We have a couple of Amish stores within about 1/2 hour of here. Plenty of Amish families closer than that, though, with greenhouses, and veggie stands. We make the trip every couple of weeks to one of the bulk stores though. You can't beat the prices on spices, baking goods, and whole grains. Ours also does have refrigeration in the stores and so they sell cheese, butter, etc. I'm hoping in the not too distant future there are enough to open a store a little closer! I find the Amish to be a great resource. I've found outlets through them to sell raw milk (for pet use, of course), get chickens butchered cheaply, and sell eggs.


----------



## pheasantplucker (Feb 20, 2007)

If the bakery ever has "grape pies"...snag one. You won't be sorry. I can taste one as I type. YUM!


----------



## CherieOH (Jun 10, 2005)

Lots of Amish around us but unfortunately none of them operate a store nearby. Have to drive about an hour and a half to find those. Amish here do sell things from their homes though and have signs out by the road welcoming the public. We're slowly learning where the best deals and baked goods can be found.

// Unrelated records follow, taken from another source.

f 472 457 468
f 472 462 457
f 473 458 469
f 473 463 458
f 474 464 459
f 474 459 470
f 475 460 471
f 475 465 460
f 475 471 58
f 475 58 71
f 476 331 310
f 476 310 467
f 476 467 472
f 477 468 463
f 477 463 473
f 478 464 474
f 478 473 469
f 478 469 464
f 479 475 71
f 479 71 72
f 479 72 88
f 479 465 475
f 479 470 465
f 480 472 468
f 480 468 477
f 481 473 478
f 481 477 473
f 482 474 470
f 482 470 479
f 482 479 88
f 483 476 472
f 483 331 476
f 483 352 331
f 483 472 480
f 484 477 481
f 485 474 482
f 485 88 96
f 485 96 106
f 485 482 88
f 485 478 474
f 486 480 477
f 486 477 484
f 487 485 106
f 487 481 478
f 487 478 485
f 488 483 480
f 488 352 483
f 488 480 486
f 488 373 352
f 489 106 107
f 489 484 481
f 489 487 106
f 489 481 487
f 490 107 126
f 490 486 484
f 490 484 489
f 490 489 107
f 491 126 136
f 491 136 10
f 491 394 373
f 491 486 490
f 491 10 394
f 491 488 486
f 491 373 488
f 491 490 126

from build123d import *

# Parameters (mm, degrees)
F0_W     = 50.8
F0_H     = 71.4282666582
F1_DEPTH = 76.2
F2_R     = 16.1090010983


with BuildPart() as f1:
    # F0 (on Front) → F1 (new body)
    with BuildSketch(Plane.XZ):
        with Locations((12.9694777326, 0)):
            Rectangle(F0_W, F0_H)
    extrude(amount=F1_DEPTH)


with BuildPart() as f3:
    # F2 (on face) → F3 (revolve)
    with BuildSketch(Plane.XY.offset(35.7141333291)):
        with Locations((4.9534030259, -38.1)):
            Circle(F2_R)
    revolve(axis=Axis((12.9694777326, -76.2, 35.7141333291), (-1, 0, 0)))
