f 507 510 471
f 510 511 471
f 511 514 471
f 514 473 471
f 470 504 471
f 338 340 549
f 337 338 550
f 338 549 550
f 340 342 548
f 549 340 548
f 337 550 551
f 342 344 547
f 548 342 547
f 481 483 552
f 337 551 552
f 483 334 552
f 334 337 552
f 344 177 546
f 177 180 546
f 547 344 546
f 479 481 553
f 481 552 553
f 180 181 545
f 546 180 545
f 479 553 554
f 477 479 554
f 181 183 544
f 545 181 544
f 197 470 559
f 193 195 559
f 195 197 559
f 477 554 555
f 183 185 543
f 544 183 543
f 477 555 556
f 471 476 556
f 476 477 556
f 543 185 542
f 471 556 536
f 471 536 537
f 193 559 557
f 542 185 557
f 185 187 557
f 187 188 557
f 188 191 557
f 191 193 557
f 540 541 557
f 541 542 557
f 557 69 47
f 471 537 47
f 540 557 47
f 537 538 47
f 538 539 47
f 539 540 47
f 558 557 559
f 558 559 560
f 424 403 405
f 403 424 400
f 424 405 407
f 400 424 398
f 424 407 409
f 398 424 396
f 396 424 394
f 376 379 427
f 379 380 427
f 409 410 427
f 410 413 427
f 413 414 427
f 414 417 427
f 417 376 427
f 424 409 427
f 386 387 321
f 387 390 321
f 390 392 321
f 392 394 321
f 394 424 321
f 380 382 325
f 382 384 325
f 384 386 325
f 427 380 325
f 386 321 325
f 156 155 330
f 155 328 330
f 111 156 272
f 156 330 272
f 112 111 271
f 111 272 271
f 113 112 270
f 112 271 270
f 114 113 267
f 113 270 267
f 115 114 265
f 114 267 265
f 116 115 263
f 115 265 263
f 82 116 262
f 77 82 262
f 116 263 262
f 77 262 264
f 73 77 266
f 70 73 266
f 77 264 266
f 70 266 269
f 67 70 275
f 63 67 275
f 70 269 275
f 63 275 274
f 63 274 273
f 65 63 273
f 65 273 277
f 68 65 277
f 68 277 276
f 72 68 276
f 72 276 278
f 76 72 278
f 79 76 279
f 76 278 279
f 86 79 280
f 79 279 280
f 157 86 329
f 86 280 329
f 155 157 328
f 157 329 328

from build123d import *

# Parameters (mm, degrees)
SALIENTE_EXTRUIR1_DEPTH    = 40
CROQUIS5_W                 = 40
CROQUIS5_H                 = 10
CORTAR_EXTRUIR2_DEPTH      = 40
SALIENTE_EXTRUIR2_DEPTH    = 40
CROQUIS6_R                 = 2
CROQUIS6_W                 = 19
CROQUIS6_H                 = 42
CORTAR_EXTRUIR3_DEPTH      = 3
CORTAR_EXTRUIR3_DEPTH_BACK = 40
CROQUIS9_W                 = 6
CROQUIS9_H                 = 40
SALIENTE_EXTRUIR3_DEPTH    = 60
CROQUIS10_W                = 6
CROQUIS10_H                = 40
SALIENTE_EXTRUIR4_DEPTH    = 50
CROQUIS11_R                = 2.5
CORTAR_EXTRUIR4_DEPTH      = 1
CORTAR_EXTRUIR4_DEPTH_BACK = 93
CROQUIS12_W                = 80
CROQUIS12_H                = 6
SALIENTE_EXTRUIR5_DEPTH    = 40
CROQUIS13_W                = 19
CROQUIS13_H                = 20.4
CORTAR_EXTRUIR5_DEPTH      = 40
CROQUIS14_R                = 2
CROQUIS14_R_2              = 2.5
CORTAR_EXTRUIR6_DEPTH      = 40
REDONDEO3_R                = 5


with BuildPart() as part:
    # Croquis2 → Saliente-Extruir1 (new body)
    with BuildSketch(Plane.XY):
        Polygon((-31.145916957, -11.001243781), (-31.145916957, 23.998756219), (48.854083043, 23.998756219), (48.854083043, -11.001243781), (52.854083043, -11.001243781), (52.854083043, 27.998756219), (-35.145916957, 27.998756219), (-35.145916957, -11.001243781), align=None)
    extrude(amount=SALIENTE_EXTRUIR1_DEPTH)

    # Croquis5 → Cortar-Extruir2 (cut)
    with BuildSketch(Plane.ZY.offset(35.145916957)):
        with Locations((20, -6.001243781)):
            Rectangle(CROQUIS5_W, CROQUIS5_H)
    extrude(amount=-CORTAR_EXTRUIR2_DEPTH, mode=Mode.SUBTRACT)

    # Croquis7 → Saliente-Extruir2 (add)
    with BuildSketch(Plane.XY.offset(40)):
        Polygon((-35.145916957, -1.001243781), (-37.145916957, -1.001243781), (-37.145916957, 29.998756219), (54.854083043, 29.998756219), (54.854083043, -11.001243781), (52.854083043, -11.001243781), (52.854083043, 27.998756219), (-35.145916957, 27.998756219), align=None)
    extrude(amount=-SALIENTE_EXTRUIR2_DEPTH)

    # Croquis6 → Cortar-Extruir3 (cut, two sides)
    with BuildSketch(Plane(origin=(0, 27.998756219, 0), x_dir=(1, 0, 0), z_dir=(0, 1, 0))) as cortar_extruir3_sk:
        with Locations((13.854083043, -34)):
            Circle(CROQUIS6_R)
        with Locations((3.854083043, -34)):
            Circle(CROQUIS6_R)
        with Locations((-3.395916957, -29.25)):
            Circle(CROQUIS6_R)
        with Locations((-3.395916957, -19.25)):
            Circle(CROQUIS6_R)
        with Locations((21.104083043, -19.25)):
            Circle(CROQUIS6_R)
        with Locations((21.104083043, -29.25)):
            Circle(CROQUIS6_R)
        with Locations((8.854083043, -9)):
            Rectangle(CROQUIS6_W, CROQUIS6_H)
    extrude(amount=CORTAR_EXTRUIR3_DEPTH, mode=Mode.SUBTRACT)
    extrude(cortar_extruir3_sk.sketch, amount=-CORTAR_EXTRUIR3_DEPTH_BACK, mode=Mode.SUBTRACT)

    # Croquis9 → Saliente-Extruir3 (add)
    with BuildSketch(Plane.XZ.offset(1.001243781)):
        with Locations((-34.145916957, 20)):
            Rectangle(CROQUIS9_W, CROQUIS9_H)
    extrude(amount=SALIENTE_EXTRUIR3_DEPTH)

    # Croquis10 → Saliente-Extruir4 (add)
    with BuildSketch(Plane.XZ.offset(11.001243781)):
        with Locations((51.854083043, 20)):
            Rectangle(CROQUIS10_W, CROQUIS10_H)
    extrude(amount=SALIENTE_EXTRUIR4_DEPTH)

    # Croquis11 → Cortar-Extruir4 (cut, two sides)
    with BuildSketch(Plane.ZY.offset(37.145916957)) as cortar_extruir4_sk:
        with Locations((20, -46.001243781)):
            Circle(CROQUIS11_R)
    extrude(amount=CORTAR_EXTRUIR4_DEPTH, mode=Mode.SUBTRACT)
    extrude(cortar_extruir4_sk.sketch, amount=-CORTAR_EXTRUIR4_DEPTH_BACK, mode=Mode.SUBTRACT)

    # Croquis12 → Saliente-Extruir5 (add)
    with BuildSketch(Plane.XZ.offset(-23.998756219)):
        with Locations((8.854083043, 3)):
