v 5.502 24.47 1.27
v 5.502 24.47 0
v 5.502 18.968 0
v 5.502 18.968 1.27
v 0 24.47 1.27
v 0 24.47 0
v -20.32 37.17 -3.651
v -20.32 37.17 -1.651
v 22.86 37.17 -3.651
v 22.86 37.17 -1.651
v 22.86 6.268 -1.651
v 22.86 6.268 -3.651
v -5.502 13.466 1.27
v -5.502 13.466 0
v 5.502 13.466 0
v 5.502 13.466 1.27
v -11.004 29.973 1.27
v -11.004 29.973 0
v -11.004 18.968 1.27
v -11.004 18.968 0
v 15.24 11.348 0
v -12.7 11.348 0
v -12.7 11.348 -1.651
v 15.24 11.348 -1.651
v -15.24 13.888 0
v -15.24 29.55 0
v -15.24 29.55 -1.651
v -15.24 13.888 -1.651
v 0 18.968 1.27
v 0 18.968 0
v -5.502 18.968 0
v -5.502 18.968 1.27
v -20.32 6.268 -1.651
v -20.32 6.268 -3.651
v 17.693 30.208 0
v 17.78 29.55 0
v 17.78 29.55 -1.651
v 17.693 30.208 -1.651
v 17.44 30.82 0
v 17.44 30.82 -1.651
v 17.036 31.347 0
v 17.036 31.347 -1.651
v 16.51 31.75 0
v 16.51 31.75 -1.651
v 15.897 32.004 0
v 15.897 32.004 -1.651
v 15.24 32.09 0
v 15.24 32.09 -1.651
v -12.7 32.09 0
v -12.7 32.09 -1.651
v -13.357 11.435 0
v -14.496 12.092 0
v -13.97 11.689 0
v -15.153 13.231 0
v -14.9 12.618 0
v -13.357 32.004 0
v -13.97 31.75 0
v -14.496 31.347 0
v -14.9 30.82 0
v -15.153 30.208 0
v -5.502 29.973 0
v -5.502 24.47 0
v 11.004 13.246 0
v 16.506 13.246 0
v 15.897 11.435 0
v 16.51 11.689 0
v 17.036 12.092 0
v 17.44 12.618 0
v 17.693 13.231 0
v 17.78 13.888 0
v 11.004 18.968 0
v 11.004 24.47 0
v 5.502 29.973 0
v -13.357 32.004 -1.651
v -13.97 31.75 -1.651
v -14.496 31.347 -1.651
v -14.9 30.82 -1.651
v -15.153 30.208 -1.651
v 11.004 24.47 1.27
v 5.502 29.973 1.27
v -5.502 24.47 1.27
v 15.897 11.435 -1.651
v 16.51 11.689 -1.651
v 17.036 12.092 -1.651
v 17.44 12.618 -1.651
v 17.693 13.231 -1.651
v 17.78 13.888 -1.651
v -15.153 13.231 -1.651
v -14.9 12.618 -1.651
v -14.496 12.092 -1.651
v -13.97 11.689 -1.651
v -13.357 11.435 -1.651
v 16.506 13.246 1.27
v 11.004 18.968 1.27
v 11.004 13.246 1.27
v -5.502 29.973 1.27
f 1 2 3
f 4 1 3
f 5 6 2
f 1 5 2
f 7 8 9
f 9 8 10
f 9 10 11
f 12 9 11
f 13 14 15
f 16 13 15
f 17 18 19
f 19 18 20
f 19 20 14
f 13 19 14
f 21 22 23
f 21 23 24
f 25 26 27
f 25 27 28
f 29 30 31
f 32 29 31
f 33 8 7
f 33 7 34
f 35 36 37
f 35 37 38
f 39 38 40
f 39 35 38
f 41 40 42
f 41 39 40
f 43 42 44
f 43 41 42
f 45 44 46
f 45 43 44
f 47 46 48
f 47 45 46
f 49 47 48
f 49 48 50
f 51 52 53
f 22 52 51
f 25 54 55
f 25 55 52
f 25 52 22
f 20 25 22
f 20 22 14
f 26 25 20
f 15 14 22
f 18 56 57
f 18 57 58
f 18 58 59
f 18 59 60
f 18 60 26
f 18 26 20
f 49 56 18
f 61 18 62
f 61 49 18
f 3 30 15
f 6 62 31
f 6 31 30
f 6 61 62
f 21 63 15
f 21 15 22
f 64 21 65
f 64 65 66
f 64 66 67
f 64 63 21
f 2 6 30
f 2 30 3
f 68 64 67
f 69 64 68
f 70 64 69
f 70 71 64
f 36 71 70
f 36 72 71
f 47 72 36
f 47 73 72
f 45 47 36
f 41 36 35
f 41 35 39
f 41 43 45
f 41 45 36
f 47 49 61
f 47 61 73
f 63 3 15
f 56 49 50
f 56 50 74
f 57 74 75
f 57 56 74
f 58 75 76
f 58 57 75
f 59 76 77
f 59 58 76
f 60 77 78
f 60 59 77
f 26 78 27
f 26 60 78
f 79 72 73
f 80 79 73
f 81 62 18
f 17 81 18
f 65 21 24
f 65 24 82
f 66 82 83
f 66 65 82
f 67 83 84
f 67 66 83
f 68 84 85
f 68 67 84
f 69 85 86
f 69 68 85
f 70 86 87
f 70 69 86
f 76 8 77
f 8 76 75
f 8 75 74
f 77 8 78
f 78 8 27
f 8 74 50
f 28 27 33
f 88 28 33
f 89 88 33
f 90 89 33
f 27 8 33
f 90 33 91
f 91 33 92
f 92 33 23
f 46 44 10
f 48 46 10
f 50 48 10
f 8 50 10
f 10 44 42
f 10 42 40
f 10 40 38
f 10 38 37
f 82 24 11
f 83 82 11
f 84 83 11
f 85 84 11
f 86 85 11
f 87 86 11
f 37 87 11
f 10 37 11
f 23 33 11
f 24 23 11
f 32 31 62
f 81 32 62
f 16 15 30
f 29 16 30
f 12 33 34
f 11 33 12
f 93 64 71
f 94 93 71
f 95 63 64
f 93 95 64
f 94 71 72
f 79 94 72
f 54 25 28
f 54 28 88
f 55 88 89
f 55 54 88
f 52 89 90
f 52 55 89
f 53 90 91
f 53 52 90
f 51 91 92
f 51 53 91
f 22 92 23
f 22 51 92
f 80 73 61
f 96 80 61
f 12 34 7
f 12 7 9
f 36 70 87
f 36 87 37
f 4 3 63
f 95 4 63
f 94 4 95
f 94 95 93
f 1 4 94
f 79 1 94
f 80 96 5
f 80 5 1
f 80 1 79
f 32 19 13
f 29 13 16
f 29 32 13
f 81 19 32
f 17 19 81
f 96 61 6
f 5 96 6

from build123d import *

# Parameters (mm, degrees)
F3_DEPTH = 1.651
F4_DEPTH = 1.27
F5_W     = 43.18
F5_H     = 30.902041302
F6_DEPTH = 2


with BuildPart() as f3:
    # F2 (on face) → F3 (new body)
    with BuildSketch(Plane.XY):
        with BuildLine():
            Line((15.24, 32.0904812722), (-12.7, 32.0904812722))
            ThreePointArc((-12.7, 32.0904812722), (-14.4960512242, 31.3465324964), (-15.24, 29.5504812722))
            Line((-15.24, 29.5504812722), (-15.24, 13.8884399702))
            ThreePointArc((-15.24, 13.8884399702), (-14.4960512242, 12.092388746), (-12.7, 11.3484399702))
            Line((-12.7, 11.3484399702), (15.24, 11.3484399702))
            ThreePointArc((15.24, 11.3484399702), (17.0360512242, 12.092388746), (17.78, 13.8884399702))
            Line((17.78, 13.8884399702), (17.78, 29.5504812722))
            ThreePointArc((17.78, 29.5504812722), (17.0360512242, 31.3465324964), (15.24, 32.0904812722))
        make_face()
    extrude(amount=-F3_DEPTH)

    # F1 (on face) → F4 (join)
    with BuildSketch(Plane.XY):
        Polygon((-5.502041302, 24.4704812722), (-11.0040826039, 29.9725225741), (-11.0040826039, 18.9684399702), (-5.502041302, 13.4663986682), (5.502041302, 13.4663986682), (0, 18.9684399702), (-5.502041302, 18.9684399702), align=None)
        Polygon((5.502041302, 29.9725225741), (-5.502041302, 29.9725225741), (0, 24.4704812722), (5.502041302, 24.4704812722), (5.502041302, 18.9684399702), (11.0040826039, 13.245652739), (16.5061239059, 13.245652739), (11.0040826039, 18.9684399702), (11.0040826039, 24.4704812722), align=None)
    extrude(amount=F4_DEPTH)

    # F5 (on face) → F6 (join)
    with BuildSketch(Plane(origin=(0, 0, -1.651), x_dir=(1, 0, 0), z_dir=(0, 0, -1))):
        with Locations((1.27, -21.7194606212)):
            Rectangle(F5_W, F5_H)
    extrude(amount=F6_DEPTH)


solid = f3.part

We're hooked on their fry pies and peanut butter sandwich cookies.


----------



## willow_girl (Dec 7, 2002)

Ronbre, do you ever get over to the Amish salvage grocery right off M-66 near McBain?! I did nearly all my shopping there when I lived in Lake City ... great bargains!!


----------



## insocal (May 15, 2005)

Well, we don't have Amish stores here in Lost Angeles. Amish folk are pretty hard to come by in these parts, though there is a small urban Mennonite community.....so for the urban equivalent I can now go to our brand new ginormous flagship Whole Foods market which just opened today, lol.

It's beautiful, and has everything I need. Plus, it has already revitalized an entire section of the main drag in this neighborhood with the huge amount of foot traffic it's generating. Lots of people will be walking to this store, lots of apartments and condos right close.


----------



## jmtinmi (Feb 25, 2009)

Pine Valley Country Store 8181 S Cornwell Ave, Clare MI 48617 sells bulk foods, animal feed, hay cubes, etc. They will also have in season fresh. 

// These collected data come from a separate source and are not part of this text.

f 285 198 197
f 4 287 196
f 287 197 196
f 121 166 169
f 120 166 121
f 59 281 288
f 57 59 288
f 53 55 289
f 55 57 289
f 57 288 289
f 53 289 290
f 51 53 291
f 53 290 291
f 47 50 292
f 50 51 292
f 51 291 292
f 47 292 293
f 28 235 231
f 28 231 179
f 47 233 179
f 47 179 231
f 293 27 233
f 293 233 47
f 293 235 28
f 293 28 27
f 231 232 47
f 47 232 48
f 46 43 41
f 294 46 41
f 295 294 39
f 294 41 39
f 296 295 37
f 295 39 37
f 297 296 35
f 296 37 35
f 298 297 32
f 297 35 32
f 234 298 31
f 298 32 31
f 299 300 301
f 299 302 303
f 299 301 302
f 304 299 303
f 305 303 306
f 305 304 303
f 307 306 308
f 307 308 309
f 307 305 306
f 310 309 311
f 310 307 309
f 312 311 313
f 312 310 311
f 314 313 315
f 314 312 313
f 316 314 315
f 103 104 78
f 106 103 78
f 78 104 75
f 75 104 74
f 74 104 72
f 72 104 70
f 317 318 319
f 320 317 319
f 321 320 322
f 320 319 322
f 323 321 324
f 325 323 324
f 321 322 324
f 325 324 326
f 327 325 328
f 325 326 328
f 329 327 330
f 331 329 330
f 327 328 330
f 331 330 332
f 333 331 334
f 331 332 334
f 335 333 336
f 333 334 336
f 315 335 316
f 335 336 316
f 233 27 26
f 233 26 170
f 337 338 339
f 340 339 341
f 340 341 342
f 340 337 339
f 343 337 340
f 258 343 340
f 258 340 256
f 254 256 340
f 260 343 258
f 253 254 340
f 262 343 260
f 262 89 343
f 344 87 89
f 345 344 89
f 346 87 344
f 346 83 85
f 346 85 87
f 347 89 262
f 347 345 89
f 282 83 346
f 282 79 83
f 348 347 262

Surrey Discount Foods 10304 E Surrey Rd, Clare MI More of a surplus food store

Colonville Country Store 7047 E. Colonville Road, Clar MI 989.386.8686 Amish Hardware store. This is where I purchase my sleeves of canning lids, they have canning seals in stock for most common brands (bring your model #)

GOOGLE A ROUTE AND ENJOY!



Madame said:


> Where? My sis lives near Clare and I'm visiting her this summer. I'd love to shop at that store!
> 
> 
> 
> Wisconsin passed a law a few weeks back legalizing the sale of raw milk.


----------



## ronbre (Apr 26, 2009)

thanks for the info re McBain and Clare, having lived here I never heard of those ones.

their card (i picked up ) says..Fruitful Hill Chemical Free Produce, bulk foods, baked goods and crafts and has their address and phone number on it..signs inside the store said organic on a lot of the shelves..also..yes they had great prices on bulk spices..and those little choc covered dried fruits..etc..

seeing as how i just found out i may be diabetic i am wondering what of their stuff i am allowed to eat ...wahhhhhhhhhhhhhhhhhhhh

they will be getting more stuff in..i didn't eat the whoopie pies, hubby did..but i was eating the dried apricots..(don't know if they are OK for diabeties or not)..gotta get more info..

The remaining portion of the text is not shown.